Retype each entry. Leave every word as it is.

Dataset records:

**********

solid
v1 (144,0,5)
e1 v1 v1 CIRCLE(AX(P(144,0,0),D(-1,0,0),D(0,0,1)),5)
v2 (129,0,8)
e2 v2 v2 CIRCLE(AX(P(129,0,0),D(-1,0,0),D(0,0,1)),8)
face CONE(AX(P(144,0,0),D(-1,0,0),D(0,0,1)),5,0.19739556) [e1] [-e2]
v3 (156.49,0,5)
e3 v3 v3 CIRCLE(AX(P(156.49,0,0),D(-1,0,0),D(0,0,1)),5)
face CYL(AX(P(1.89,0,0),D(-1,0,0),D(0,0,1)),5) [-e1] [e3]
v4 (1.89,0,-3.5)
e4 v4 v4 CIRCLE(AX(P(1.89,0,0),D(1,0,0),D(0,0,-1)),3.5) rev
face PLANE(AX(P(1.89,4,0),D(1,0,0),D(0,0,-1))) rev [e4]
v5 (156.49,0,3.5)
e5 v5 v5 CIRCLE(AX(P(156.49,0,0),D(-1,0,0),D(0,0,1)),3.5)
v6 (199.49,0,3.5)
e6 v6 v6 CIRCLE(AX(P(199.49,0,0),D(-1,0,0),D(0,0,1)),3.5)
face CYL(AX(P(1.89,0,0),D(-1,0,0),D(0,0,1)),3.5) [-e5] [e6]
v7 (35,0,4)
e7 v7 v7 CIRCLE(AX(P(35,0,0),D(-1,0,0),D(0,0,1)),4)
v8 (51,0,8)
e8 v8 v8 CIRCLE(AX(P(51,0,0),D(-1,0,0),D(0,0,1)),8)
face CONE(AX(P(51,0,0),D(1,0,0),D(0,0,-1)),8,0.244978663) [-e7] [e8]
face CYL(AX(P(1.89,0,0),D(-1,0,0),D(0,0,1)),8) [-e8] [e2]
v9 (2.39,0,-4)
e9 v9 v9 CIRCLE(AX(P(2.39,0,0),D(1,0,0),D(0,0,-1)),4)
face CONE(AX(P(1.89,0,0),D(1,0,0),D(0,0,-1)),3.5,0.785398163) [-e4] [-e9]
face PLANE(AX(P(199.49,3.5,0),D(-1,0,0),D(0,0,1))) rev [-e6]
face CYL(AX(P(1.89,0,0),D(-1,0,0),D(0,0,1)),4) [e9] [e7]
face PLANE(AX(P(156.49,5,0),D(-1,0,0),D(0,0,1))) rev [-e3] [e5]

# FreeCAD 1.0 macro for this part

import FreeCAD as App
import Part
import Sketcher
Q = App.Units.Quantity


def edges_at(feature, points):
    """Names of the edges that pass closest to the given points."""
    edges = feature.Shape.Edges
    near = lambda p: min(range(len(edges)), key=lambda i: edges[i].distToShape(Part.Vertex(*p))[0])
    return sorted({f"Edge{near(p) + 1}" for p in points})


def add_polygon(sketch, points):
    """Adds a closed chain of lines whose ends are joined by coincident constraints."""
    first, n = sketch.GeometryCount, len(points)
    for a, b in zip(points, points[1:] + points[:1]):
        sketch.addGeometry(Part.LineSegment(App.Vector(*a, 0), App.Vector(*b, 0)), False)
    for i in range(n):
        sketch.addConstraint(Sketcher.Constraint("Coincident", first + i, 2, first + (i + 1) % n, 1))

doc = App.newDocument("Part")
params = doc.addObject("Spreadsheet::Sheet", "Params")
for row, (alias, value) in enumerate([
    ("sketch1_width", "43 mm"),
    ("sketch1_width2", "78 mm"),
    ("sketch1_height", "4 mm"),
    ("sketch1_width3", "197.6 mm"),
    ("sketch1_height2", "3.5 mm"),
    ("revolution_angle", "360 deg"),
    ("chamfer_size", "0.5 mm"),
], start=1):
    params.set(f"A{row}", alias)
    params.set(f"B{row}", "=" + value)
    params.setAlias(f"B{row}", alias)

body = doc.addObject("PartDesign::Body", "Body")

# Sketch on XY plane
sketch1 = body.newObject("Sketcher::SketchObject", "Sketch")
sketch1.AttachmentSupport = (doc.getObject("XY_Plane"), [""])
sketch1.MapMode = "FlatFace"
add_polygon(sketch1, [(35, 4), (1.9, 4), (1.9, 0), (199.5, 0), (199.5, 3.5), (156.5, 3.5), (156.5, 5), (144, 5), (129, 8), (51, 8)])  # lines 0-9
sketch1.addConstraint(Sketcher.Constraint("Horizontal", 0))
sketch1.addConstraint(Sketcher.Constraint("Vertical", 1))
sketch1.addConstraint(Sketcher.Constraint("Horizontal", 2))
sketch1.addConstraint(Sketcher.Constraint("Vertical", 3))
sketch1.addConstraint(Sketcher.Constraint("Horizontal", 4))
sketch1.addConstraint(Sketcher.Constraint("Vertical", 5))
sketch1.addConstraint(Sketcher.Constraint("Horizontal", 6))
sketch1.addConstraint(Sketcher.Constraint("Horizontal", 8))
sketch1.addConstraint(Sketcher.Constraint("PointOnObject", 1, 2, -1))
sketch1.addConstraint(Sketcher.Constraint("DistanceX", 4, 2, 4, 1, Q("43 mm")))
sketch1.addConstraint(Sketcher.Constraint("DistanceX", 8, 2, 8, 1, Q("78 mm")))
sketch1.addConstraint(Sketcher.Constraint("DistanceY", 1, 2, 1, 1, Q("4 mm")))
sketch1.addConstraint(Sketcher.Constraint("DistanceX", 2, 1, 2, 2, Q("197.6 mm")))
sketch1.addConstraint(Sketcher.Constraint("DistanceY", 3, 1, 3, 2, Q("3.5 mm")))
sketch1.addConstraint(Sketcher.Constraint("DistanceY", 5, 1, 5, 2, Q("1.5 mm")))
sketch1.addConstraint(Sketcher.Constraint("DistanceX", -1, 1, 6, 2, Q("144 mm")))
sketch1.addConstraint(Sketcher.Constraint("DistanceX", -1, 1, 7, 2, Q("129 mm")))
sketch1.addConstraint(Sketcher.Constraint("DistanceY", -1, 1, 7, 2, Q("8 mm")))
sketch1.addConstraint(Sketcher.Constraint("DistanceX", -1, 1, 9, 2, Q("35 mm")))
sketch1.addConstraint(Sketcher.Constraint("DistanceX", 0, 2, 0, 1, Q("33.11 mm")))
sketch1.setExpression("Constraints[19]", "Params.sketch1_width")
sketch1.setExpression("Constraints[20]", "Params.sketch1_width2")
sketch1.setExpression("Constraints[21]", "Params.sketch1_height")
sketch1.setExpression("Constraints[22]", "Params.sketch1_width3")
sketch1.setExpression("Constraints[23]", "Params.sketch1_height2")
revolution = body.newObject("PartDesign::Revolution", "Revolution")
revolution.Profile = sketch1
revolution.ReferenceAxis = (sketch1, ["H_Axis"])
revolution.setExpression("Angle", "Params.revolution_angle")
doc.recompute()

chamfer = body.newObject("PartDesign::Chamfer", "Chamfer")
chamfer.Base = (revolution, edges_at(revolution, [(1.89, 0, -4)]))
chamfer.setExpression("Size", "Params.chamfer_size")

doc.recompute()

**********

ANSWER SPACE
solid
v1 (144,0,5)
e1 v1 v1 CIRCLE(AX(P(144,0,0),D(-1,0,0),D(0,0,1)),5)
v2 (129,0,8)
e2 v2 v2 CIRCLE(AX(P(129,0,0),D(-1,0,0),D(0,0,1)),8)
face CONE(AX(P(144,0,0),D(-1,0,0),D(0,0,1)),5,0.19739556) [e1] [-e2]
v3 (156.49,0,5)
e3 v3 v3 CIRCLE(AX(P(156.49,0,0),D(-1,0,0),D(0,0,1)),5)
face CYL(AX(P(1.89,0,0),D(-1,0,0),D(0,0,1)),5) [-e1] [e3]
v4 (1.89,0,-3.5)
e4 v4 v4 CIRCLE(AX(P(1.89,0,0),D(1,0,0),D(0,0,-1)),3.5) rev
face PLANE(AX(P(1.89,4,0),D(1,0,0),D(0,0,-1))) rev [e4]
v5 (156.49,0,3.5)
e5 v5 v5 CIRCLE(AX(P(156.49,0,0),D(-1,0,0),D(0,0,1)),3.5)
v6 (199.49,0,3.5)
e6 v6 v6 CIRCLE(AX(P(199.49,0,0),D(-1,0,0),D(0,0,1)),3.5)
face CYL(AX(P(1.89,0,0),D(-1,0,0),D(0,0,1)),3.5) [-e5] [e6]
v7 (35,0,4)
e7 v7 v7 CIRCLE(AX(P(35,0,0),D(-1,0,0),D(0,0,1)),4)
v8 (51,0,8)
e8 v8 v8 CIRCLE(AX(P(51,0,0),D(-1,0,0),D(0,0,1)),8)
face CONE(AX(P(51,0,0),D(1,0,0),D(0,0,-1)),8,0.244978663) [-e7] [e8]
face CYL(AX(P(1.89,0,0),D(-1,0,0),D(0,0,1)),8) [-e8] [e2]
v9 (2.39,0,-4)
e9 v9 v9 CIRCLE(AX(P(2.39,0,0),D(1,0,0),D(0,0,-1)),4)
face CONE(AX(P(1.89,0,0),D(1,0,0),D(0,0,-1)),3.5,0.785398163) [-e4] [-e9]
face PLANE(AX(P(199.49,3.5,0),D(-1,0,0),D(0,0,1))) rev [-e6]
face CYL(AX(P(1.89,0,0),D(-1,0,0),D(0,0,1)),4) [e9] [e7]
face PLANE(AX(P(156.49,5,0),D(-1,0,0),D(0,0,1))) rev [-e3] [e5]

# FreeCAD 1.0 macro for this part

import FreeCAD as App
import Part
import Sketcher
Q = App.Units.Quantity


def edges_at(feature, points):
    """Names of the edges that pass closest to the given points."""
    edges = feature.Shape.Edges
    near = lambda p: min(range(len(edges)), key=lambda i: edges[i].distToShape(Part.Vertex(*p))[0])
    return sorted({f"Edge{near(p) + 1}" for p in points})


def add_polygon(sketch, points):
    """Adds a closed chain of lines whose ends are joined by coincident constraints."""
    first, n = sketch.GeometryCount, len(points)
    for a, b in zip(points, points[1:] + points[:1]):
        sketch.addGeometry(Part.LineSegment(App.Vector(*a, 0), App.Vector(*b, 0)), False)
    for i in range(n):
        sketch.addConstraint(Sketcher.Constraint("Coincident", first + i, 2, first + (i + 1) % n, 1))

doc = App.newDocument("Part")
params = doc.addObject("Spreadsheet::Sheet", "Params")
for row, (alias, value) in enumerate([
    ("sketch1_width", "43 mm"),
    ("sketch1_width2", "78 mm"),
    ("sketch1_height", "4 mm"),
    ("sketch1_width3", "197.6 mm"),
    ("sketch1_height2", "3.5 mm"),
    ("revolution_angle", "360 deg"),
    ("chamfer_size", "0.5 mm"),
], start=1):
    params.set(f"A{row}", alias)
    params.set(f"B{row}", "=" + value)
    params.setAlias(f"B{row}", alias)

body = doc.addObject("PartDesign::Body", "Body")

# Sketch on XY plane
sketch1 = body.newObject("Sketcher::SketchObject", "Sketch")
sketch1.AttachmentSupport = (doc.getObject("XY_Plane"), [""])
sketch1.MapMode = "FlatFace"
add_polygon(sketch1, [(35, 4), (1.9, 4), (1.9, 0), (199.5, 0), (199.5, 3.5), (156.5, 3.5), (156.5, 5), (144, 5), (129, 8), (51, 8)])  # lines 0-9
sketch1.addConstraint(Sketcher.Constraint("Horizontal", 0))
sketch1.addConstraint(Sketcher.Constraint("Vertical", 1))
sketch1.addConstraint(Sketcher.Constraint("Horizontal", 2))
sketch1.addConstraint(Sketcher.Constraint("Vertical", 3))
sketch1.addConstraint(Sketcher.Constraint("Horizontal", 4))
sketch1.addConstraint(Sketcher.Constraint("Vertical", 5))
sketch1.addConstraint(Sketcher.Constraint("Horizontal", 6))
sketch1.addConstraint(Sketcher.Constraint("Horizontal", 8))
sketch1.addConstraint(Sketcher.Constraint("PointOnObject", 1, 2, -1))
sketch1.addConstraint(Sketcher.Constraint("DistanceX", 4, 2, 4, 1, Q("43 mm")))
sketch1.addConstraint(Sketcher.Constraint("DistanceX", 8, 2, 8, 1, Q("78 mm")))
sketch1.addConstraint(Sketcher.Constraint("DistanceY", 1, 2, 1, 1, Q("4 mm")))
sketch1.addConstraint(Sketcher.Constraint("DistanceX", 2, 1, 2, 2, Q("197.6 mm")))
sketch1.addConstraint(Sketcher.Constraint("DistanceY", 3, 1, 3, 2, Q("3.5 mm")))
sketch1.addConstraint(Sketcher.Constraint("DistanceY", 5, 1, 5, 2, Q("1.5 mm")))
sketch1.addConstraint(Sketcher.Constraint("DistanceX", -1, 1, 6, 2, Q("144 mm")))
sketch1.addConstraint(Sketcher.Constraint("DistanceX", -1, 1, 7, 2, Q("129 mm")))
sketch1.addConstraint(Sketcher.Constraint("DistanceY", -1, 1, 7, 2, Q("8 mm")))
sketch1.addConstraint(Sketcher.Constraint("DistanceX", -1, 1, 9, 2, Q("35 mm")))
sketch1.addConstraint(Sketcher.Constraint("DistanceX", 0, 2, 0, 1, Q("33.11 mm")))
sketch1.setExpression("Constraints[19]", "Params.sketch1_width")
sketch1.setExpression("Constraints[20]", "Params.sketch1_width2")
sketch1.setExpression("Constraints[21]", "Params.sketch1_height")
sketch1.setExpression("Constraints[22]", "Params.sketch1_width3")
sketch1.setExpression("Constraints[23]", "Params.sketch1_height2")
revolution = body.newObject("PartDesign::Revolution", "Revolution")
revolution.Profile = sketch1
revolution.ReferenceAxis = (sketch1, ["H_Axis"])
revolution.setExpression("Angle", "Params.revolution_angle")
doc.recompute()

chamfer = body.newObject("PartDesign::Chamfer", "Chamfer")
chamfer.Base = (revolution, edges_at(revolution, [(1.89, 0, -4)]))
chamfer.setExpression("Size", "Params.chamfer_size")

doc.recompute()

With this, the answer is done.